The study found that older, male patient members were less likely to meet the healthplan’s clinical measures to ensure rewards for their providers. And doctors who had “higher performance” before participating in the program (patient acuities were not reported) “received a disproportional higher percentage of the overall incentive budget,” indicating the program didn’t appreciably change doctors’ practices. The average participating physicians brought in $2,428 to $4,785 over the 6-year period.

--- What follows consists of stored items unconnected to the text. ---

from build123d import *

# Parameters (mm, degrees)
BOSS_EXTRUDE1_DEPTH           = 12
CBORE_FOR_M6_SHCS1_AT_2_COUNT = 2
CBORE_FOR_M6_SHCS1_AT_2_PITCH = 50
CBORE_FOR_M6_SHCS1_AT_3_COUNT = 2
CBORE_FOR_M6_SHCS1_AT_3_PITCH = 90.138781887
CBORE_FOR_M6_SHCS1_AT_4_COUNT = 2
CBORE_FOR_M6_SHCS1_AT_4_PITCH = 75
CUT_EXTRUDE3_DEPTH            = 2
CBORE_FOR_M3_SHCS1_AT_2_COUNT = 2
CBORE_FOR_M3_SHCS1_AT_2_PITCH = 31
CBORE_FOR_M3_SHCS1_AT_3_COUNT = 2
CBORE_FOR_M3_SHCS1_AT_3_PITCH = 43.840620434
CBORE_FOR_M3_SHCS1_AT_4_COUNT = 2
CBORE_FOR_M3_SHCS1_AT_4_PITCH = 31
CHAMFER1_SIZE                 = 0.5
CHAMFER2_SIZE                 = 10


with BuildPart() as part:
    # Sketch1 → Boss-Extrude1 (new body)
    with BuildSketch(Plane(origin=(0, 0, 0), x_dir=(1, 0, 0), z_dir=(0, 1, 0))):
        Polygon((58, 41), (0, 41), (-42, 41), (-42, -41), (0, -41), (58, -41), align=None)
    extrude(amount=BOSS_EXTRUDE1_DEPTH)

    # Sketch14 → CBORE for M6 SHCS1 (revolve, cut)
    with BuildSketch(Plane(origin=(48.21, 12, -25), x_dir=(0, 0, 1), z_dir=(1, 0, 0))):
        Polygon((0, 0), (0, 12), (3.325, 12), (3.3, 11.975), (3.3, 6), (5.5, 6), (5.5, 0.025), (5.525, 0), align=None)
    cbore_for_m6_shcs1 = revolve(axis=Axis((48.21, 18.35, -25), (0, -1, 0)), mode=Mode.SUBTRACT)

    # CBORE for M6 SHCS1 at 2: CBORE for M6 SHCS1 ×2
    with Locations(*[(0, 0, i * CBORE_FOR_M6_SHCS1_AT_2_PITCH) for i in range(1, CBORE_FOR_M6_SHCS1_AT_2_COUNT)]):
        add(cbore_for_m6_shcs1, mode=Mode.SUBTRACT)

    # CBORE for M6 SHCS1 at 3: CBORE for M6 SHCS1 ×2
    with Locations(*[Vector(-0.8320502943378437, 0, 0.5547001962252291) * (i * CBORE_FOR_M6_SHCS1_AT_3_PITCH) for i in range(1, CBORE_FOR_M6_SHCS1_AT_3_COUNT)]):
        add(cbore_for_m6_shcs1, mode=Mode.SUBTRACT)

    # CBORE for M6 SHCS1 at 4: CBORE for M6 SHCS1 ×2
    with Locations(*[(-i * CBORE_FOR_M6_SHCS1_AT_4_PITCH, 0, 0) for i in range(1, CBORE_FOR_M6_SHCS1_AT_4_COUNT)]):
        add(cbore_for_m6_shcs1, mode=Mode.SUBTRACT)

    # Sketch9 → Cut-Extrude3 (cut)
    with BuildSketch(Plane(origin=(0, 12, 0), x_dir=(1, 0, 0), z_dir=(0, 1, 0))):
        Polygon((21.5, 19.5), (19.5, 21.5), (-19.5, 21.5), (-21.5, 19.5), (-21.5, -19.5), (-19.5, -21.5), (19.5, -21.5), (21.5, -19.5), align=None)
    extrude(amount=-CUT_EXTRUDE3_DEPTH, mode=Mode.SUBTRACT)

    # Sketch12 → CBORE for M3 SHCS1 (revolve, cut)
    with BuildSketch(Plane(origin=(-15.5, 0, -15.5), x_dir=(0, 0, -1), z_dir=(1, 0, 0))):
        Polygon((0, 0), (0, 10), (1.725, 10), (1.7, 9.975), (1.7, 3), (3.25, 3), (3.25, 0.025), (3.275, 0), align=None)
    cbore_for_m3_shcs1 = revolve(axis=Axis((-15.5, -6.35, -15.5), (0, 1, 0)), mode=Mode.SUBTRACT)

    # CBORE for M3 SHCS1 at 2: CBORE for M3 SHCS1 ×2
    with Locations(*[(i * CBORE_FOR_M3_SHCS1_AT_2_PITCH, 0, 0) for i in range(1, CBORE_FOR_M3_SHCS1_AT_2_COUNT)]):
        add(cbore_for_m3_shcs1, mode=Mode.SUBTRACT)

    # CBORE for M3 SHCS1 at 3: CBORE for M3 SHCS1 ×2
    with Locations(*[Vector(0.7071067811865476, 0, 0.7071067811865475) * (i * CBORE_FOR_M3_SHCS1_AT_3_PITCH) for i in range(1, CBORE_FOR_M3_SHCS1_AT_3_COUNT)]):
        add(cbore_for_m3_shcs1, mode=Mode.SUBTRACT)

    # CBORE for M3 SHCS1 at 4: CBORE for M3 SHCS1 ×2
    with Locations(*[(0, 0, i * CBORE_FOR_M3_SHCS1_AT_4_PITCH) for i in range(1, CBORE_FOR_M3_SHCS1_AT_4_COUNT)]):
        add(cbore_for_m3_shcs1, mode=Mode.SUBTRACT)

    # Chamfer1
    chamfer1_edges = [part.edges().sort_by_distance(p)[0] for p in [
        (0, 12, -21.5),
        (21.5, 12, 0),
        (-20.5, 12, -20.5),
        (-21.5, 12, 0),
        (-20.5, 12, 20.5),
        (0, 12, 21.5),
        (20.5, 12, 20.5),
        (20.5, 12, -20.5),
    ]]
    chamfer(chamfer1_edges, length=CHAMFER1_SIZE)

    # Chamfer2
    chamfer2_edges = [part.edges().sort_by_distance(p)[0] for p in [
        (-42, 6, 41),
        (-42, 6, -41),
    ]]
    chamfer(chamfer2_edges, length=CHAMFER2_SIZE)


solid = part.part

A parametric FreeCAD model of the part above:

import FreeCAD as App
import Part
import Sketcher

V = App.Vector
Q = App.Units.Quantity


def edges_at(feature, points):
    """Names of the edges that pass closest to the given points."""
    edges = feature.Shape.Edges
    near = lambda p: min(range(len(edges)), key=lambda i: edges[i].distToShape(Part.Vertex(*p))[0])
    return sorted({f"Edge{near(p) + 1}" for p in points})

doc = App.newDocument("Part")
params = doc.addObject("Spreadsheet::Sheet", "Params")
for row, (alias, value) in enumerate([
    ("sketch1_width", "100 mm"),
    ("sketch1_height", "82 mm"),
    ("pad1_length", "12 mm"),
    ("sketch2_width", "12 mm"),
    ("sketch2_height", "2.2 mm"),
    ("groove_angle", "360 deg"),
    ("linearpattern_pitch", "50 mm"),
    ("linearpattern2_pitch", "90.138782 mm"),
    ("linearpattern3_pitch", "75 mm"),
    ("sketch3_width", "39 mm"),
    ("pocket1_length", "2 mm"),
    ("sketch4_width", "10 mm"),
    ("sketch4_height", "1.55 mm"),
    ("groove2_angle", "360 deg"),
    ("linearpattern4_pitch", "31 mm"),
    ("linearpattern5_pitch", "43.84062 mm"),
    ("linearpattern6_pitch", "31 mm"),
    ("chamfer_size", "0.5 mm"),
    ("chamfer2_size", "10 mm"),
], start=1):
    params.set(f"A{row}", alias)
    params.set(f"B{row}", "=" + value)
    params.setAlias(f"B{row}", alias)

body = doc.addObject("PartDesign::Body", "Body")

# Sketch on XZ plane
sketch1 = body.newObject("Sketcher::SketchObject", "Sketch")
sketch1.AttachmentSupport = (doc.getObject("XZ_Plane"), [""])
sketch1.MapMode = "FlatFace"
sketch1.addGeometry([
    Part.LineSegment(V(58, -41, 0), V(-42, -41, 0)),
    Part.LineSegment(V(-42, -41, 0), V(-42, 41, 0)),
    Part.LineSegment(V(-42, 41, 0), V(58, 41, 0)),
    Part.LineSegment(V(58, 41, 0), V(58, -41, 0)),
], False)
sketch1.addConstraint([
    Sketcher.Constraint("Coincident", 0, 2, 1, 1),
    Sketcher.Constraint("Coincident", 1, 2, 2, 1),
    Sketcher.Constraint("Coincident", 2, 2, 3, 1),
    Sketcher.Constraint("Coincident", 3, 2, 0, 1),
    Sketcher.Constraint("Horizontal", 0),
    Sketcher.Constraint("Vertical", 1),
    Sketcher.Constraint("Horizontal", 2),
    Sketcher.Constraint("Vertical", 3),
    Sketcher.Constraint("DistanceX", 0, 2, 0, 1, Q("100 mm")),
    Sketcher.Constraint("DistanceY", 1, 1, 1, 2, Q("82 mm")),
    Sketcher.Constraint("DistanceX", 0, 2, -1, 1, Q("42 mm")),
    Sketcher.Constraint("DistanceY", 0, 2, -1, 1, Q("41 mm")),
])
sketch1.setExpression("Constraints[8]", "Params.sketch1_width")
sketch1.setExpression("Constraints[9]", "Params.sketch1_height")
pad1 = body.newObject("PartDesign::Pad", "Pad")
pad1.Profile = sketch1
pad1.setExpression("Length", "Params.pad1_length")
pad1.Reversed = True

The concept of P4P measures is growing in popularity among health insurers despite the problematic evidence, however, because of its potential for increasing provider compliance with recommended performance indicators, the authors wrote. They noted that single-payer or managed care plans that don’t give patients the freedom to see providers outside the network are more likely to have success in increasing adherence to guidelines. That’s because of mandatory participation of members in disease management, monitoring of members, and members are more likely to be subjected to “systematic interventions to improve care processes and outcomes.” They concluded: “Notwithstanding the limitations of evaluating the effects of a quality-based incentive program in a real-world setting, it is important to recognize the wide dissemination and interest for this new breed of physician reimbursement models by some of the leading private and public payers in the United States.”

This has real-world significance for consumers and healthcare providers who want to make medical decisions based on what is best for individuals, not just best for insurers.